[[ Dataset excerpts, beginning ]]

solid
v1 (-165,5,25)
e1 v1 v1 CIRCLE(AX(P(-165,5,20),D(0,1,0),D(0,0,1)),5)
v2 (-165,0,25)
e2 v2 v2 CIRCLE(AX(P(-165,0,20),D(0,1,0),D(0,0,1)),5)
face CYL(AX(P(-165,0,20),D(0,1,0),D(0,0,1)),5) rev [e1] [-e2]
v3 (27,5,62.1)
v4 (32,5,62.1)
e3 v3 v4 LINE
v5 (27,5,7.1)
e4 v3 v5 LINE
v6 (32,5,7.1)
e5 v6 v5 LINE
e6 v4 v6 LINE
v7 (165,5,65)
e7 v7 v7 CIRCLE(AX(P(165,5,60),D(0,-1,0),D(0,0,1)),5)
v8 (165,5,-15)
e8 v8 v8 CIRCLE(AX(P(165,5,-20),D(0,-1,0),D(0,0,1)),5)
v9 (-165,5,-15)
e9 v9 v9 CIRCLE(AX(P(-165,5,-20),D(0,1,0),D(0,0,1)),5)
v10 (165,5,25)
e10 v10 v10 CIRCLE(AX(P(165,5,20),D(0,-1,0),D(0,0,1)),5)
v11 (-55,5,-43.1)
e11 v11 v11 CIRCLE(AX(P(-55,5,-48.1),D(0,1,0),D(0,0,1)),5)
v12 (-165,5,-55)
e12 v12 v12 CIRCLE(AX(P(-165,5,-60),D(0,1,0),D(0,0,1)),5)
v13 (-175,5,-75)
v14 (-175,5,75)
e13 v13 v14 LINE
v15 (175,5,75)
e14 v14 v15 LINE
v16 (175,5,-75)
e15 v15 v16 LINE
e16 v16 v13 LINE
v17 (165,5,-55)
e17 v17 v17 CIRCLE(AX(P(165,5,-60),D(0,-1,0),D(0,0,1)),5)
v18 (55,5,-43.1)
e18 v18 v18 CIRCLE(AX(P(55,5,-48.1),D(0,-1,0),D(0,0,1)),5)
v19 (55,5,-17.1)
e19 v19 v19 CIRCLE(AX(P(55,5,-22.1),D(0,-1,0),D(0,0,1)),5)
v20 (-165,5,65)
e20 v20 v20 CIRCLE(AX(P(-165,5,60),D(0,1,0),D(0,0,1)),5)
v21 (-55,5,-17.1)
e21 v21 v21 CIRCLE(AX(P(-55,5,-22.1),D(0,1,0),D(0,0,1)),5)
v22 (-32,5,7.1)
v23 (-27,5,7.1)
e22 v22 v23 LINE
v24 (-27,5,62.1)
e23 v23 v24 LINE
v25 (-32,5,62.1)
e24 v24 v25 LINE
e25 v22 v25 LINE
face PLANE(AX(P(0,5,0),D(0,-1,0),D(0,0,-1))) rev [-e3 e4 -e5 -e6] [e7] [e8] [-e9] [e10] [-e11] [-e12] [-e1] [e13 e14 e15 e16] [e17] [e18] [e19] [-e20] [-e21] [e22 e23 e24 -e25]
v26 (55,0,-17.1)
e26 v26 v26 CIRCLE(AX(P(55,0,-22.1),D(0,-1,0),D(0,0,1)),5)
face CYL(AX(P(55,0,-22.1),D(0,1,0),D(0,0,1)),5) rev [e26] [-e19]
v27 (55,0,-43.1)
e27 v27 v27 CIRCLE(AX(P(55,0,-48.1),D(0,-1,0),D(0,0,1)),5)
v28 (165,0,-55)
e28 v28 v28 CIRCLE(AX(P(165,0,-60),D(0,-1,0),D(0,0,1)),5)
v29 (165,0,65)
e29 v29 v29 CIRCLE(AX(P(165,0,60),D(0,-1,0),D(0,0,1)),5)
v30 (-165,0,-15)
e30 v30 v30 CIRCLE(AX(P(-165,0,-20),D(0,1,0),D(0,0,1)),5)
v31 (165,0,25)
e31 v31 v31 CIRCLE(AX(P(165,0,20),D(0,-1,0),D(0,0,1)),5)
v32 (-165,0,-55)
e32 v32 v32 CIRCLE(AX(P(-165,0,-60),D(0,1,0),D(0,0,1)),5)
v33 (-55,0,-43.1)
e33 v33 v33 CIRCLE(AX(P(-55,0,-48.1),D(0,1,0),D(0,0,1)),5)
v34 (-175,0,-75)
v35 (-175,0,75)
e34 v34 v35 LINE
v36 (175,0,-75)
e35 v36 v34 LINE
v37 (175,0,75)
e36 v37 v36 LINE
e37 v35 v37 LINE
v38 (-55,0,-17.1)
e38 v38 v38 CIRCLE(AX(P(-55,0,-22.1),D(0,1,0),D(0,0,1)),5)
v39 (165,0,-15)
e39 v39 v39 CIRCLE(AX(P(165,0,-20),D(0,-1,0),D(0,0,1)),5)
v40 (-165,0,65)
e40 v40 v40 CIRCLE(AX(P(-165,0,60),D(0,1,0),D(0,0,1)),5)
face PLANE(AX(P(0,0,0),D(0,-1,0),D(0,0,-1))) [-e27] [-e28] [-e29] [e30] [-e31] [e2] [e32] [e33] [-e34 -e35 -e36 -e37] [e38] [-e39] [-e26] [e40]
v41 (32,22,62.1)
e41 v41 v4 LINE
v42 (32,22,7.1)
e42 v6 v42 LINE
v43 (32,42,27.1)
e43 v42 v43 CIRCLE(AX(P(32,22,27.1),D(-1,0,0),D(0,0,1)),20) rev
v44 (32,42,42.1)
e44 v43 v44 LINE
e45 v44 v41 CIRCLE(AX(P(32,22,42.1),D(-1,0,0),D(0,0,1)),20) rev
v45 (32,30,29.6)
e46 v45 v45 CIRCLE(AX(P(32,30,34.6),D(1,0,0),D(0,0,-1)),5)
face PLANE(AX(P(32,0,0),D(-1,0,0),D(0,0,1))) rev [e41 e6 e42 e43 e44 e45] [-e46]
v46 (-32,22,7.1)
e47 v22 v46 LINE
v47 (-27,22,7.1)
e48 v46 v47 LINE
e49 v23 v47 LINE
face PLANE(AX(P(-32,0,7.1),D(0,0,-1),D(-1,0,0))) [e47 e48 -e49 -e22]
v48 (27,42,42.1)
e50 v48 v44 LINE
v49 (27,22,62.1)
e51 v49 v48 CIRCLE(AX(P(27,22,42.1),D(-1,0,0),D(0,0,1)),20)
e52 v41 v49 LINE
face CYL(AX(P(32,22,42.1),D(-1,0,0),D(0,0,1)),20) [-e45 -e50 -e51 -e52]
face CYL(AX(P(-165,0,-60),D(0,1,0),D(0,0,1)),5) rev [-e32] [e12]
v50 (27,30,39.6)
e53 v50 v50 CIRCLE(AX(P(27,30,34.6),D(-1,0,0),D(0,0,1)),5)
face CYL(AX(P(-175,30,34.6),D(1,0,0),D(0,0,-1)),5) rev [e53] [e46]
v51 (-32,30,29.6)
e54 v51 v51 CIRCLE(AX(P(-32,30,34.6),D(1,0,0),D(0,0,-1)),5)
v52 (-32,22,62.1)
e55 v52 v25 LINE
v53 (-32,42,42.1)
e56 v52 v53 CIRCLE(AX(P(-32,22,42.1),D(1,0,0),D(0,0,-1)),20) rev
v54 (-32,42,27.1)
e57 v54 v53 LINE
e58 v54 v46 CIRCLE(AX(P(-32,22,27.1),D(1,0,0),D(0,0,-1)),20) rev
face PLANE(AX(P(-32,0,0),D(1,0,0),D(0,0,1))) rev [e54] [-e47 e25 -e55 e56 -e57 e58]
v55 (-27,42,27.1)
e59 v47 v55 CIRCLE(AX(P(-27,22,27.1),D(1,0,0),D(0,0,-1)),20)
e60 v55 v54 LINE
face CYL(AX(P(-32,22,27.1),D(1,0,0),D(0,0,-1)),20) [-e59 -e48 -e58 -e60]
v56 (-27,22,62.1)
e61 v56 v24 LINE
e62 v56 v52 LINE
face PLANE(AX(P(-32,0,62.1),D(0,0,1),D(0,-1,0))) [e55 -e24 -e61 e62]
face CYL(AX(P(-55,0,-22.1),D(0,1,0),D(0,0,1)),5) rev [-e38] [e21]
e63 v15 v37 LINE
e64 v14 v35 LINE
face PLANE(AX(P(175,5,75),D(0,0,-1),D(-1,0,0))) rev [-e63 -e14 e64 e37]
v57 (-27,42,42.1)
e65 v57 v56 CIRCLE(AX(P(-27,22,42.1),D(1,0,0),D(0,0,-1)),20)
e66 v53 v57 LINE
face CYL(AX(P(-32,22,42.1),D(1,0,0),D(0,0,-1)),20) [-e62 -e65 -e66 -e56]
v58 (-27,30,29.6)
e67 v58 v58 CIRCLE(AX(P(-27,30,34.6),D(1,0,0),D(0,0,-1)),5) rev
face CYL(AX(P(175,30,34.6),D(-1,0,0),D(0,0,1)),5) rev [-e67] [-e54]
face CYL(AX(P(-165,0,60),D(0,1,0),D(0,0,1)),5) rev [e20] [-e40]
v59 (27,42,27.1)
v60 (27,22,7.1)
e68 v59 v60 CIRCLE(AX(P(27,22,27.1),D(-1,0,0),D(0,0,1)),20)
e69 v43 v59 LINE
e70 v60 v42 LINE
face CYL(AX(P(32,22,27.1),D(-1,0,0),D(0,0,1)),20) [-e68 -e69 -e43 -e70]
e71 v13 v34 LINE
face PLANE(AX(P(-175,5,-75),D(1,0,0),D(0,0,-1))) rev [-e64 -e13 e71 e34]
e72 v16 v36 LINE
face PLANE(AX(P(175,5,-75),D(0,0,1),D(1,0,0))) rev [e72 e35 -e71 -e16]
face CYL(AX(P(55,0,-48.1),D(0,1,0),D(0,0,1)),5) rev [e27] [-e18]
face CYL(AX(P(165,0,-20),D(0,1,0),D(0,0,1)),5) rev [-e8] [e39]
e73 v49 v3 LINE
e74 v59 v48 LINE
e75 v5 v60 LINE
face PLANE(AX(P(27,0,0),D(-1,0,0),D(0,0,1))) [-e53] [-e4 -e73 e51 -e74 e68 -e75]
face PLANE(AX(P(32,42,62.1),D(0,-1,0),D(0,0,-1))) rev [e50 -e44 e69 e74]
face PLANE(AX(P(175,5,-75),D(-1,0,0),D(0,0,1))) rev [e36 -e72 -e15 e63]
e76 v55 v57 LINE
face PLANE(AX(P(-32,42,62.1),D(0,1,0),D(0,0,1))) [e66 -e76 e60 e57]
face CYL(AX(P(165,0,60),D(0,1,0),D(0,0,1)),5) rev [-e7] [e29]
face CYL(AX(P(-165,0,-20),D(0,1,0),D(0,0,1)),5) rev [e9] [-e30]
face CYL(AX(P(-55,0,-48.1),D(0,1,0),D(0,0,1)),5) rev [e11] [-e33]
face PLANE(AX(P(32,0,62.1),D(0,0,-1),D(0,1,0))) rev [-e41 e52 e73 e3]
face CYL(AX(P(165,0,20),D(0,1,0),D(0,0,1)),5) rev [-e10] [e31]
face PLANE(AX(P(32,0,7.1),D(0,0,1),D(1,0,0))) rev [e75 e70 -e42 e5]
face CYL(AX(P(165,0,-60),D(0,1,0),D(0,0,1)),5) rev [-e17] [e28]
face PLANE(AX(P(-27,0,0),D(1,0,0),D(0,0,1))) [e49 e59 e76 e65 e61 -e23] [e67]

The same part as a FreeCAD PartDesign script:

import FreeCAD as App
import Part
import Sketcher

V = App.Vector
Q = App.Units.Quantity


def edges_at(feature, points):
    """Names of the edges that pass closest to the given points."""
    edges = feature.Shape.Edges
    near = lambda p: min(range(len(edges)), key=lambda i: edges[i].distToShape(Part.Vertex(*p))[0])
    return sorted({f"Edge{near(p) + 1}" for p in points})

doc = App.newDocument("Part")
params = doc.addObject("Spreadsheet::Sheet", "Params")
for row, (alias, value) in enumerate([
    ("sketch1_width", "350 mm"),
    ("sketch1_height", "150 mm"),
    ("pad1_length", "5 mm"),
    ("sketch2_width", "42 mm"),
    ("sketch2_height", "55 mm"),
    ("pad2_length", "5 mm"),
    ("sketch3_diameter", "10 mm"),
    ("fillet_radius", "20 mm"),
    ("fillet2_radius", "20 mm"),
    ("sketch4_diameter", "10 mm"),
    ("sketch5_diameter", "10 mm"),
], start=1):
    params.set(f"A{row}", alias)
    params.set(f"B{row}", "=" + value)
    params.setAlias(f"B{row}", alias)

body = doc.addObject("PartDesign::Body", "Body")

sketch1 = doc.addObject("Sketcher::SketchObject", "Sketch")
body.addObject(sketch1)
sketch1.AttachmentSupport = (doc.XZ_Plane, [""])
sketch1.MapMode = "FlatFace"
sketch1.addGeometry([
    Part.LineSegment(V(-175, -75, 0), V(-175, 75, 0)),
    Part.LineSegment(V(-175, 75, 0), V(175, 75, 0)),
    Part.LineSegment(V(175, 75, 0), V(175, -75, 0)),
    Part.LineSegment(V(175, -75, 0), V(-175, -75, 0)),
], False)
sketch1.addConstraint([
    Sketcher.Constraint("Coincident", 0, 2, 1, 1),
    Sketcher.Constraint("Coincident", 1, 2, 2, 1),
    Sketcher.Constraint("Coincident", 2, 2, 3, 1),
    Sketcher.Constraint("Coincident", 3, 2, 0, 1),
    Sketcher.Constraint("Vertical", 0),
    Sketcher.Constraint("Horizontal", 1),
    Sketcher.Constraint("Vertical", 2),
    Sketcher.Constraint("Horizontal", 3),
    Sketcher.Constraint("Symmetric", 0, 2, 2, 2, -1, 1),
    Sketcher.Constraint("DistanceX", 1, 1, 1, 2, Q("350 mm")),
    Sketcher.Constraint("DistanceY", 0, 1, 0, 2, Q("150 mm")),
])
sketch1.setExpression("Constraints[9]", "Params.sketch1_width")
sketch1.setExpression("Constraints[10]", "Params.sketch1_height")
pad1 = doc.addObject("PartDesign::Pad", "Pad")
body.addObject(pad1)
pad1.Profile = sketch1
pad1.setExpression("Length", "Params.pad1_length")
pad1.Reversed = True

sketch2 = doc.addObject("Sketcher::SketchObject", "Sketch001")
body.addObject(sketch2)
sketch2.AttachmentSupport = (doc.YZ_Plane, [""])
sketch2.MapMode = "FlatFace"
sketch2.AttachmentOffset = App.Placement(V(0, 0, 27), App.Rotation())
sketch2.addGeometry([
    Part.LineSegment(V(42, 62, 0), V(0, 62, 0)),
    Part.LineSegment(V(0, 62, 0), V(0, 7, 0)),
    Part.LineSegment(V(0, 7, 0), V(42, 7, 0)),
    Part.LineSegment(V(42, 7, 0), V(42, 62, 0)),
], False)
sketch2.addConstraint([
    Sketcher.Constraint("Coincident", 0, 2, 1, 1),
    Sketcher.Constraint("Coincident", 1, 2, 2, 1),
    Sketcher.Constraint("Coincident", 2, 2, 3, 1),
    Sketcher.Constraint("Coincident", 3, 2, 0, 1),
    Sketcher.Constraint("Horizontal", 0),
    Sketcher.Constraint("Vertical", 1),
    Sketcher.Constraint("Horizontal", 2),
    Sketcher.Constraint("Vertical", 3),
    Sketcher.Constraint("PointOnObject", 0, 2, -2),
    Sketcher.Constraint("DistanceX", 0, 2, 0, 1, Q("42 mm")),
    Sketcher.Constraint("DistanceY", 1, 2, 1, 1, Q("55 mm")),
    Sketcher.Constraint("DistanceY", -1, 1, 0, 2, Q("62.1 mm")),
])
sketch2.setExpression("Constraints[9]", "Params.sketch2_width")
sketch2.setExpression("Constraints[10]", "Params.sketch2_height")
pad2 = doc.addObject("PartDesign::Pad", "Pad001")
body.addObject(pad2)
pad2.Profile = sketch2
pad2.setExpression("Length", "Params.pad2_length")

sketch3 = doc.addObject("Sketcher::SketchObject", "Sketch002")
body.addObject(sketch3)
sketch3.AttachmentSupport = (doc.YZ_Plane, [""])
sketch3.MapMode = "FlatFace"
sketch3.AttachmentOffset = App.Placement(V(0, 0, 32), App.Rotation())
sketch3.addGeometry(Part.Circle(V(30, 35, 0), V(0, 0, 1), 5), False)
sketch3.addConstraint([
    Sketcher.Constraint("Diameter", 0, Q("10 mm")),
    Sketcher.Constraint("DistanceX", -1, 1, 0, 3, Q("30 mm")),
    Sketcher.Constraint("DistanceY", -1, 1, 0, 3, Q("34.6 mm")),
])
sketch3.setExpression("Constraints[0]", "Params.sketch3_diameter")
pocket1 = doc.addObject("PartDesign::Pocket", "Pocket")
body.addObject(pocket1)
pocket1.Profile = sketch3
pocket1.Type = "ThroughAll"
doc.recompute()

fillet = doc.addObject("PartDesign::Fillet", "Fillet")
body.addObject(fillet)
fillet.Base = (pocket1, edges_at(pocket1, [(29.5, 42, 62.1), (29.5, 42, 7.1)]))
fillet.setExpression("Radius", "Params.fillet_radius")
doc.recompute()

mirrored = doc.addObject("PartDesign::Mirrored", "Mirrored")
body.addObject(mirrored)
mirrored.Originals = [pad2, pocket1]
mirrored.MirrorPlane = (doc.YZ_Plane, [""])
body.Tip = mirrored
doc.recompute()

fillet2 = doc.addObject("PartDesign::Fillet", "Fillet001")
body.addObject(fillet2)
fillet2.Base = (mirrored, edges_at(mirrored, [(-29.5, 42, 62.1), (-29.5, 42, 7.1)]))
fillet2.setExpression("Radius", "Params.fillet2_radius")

[[ Dataset excerpts, end ]]

# [Requirement]
Begin at the line that has "face CYL(AX(P(-32,22,27.1),D(1,0,0),D(0,0,-1)),20) [-e59" in the entries above; stop after the line that has "face CYL(AX(P(165,0,20),D(0,1,0),D(0,0,1)),5) rev". Transcribe exactly those lines and no others.

# [Solved exercise]
face CYL(AX(P(-32,22,27.1),D(1,0,0),D(0,0,-1)),20) [-e59 -e48 -e58 -e60]
v56 (-27,22,62.1)
e61 v56 v24 LINE
e62 v56 v52 LINE
face PLANE(AX(P(-32,0,62.1),D(0,0,1),D(0,-1,0))) [e55 -e24 -e61 e62]
face CYL(AX(P(-55,0,-22.1),D(0,1,0),D(0,0,1)),5) rev [-e38] [e21]
e63 v15 v37 LINE
e64 v14 v35 LINE
face PLANE(AX(P(175,5,75),D(0,0,-1),D(-1,0,0))) rev [-e63 -e14 e64 e37]
v57 (-27,42,42.1)
e65 v57 v56 CIRCLE(AX(P(-27,22,42.1),D(1,0,0),D(0,0,-1)),20)
e66 v53 v57 LINE
face CYL(AX(P(-32,22,42.1),D(1,0,0),D(0,0,-1)),20) [-e62 -e65 -e66 -e56]
v58 (-27,30,29.6)
e67 v58 v58 CIRCLE(AX(P(-27,30,34.6),D(1,0,0),D(0,0,-1)),5) rev
face CYL(AX(P(175,30,34.6),D(-1,0,0),D(0,0,1)),5) rev [-e67] [-e54]
face CYL(AX(P(-165,0,60),D(0,1,0),D(0,0,1)),5) rev [e20] [-e40]
v59 (27,42,27.1)
v60 (27,22,7.1)
e68 v59 v60 CIRCLE(AX(P(27,22,27.1),D(-1,0,0),D(0,0,1)),20)
e69 v43 v59 LINE
e70 v60 v42 LINE
face CYL(AX(P(32,22,27.1),D(-1,0,0),D(0,0,1)),20) [-e68 -e69 -e43 -e70]
e71 v13 v34 LINE
face PLANE(AX(P(-175,5,-75),D(1,0,0),D(0,0,-1))) rev [-e64 -e13 e71 e34]
e72 v16 v36 LINE
face PLANE(AX(P(175,5,-75),D(0,0,1),D(1,0,0))) rev [e72 e35 -e71 -e16]
face CYL(AX(P(55,0,-48.1),D(0,1,0),D(0,0,1)),5) rev [e27] [-e18]
face CYL(AX(P(165,0,-20),D(0,1,0),D(0,0,1)),5) rev [-e8] [e39]
e73 v49 v3 LINE
e74 v59 v48 LINE
e75 v5 v60 LINE
face PLANE(AX(P(27,0,0),D(-1,0,0),D(0,0,1))) [-e53] [-e4 -e73 e51 -e74 e68 -e75]
face PLANE(AX(P(32,42,62.1),D(0,-1,0),D(0,0,-1))) rev [e50 -e44 e69 e74]
face PLANE(AX(P(175,5,-75),D(-1,0,0),D(0,0,1))) rev [e36 -e72 -e15 e63]
e76 v55 v57 LINE
face PLANE(AX(P(-32,42,62.1),D(0,1,0),D(0,0,1))) [e66 -e76 e60 e57]
face CYL(AX(P(165,0,60),D(0,1,0),D(0,0,1)),5) rev [-e7] [e29]
face CYL(AX(P(-165,0,-20),D(0,1,0),D(0,0,1)),5) rev [e9] [-e30]
face CYL(AX(P(-55,0,-48.1),D(0,1,0),D(0,0,1)),5) rev [e11] [-e33]
face PLANE(AX(P(32,0,62.1),D(0,0,-1),D(0,1,0))) rev [-e41 e52 e73 e3]
face CYL(AX(P(165,0,20),D(0,1,0),D(0,0,1)),5) rev [-e10] [e31]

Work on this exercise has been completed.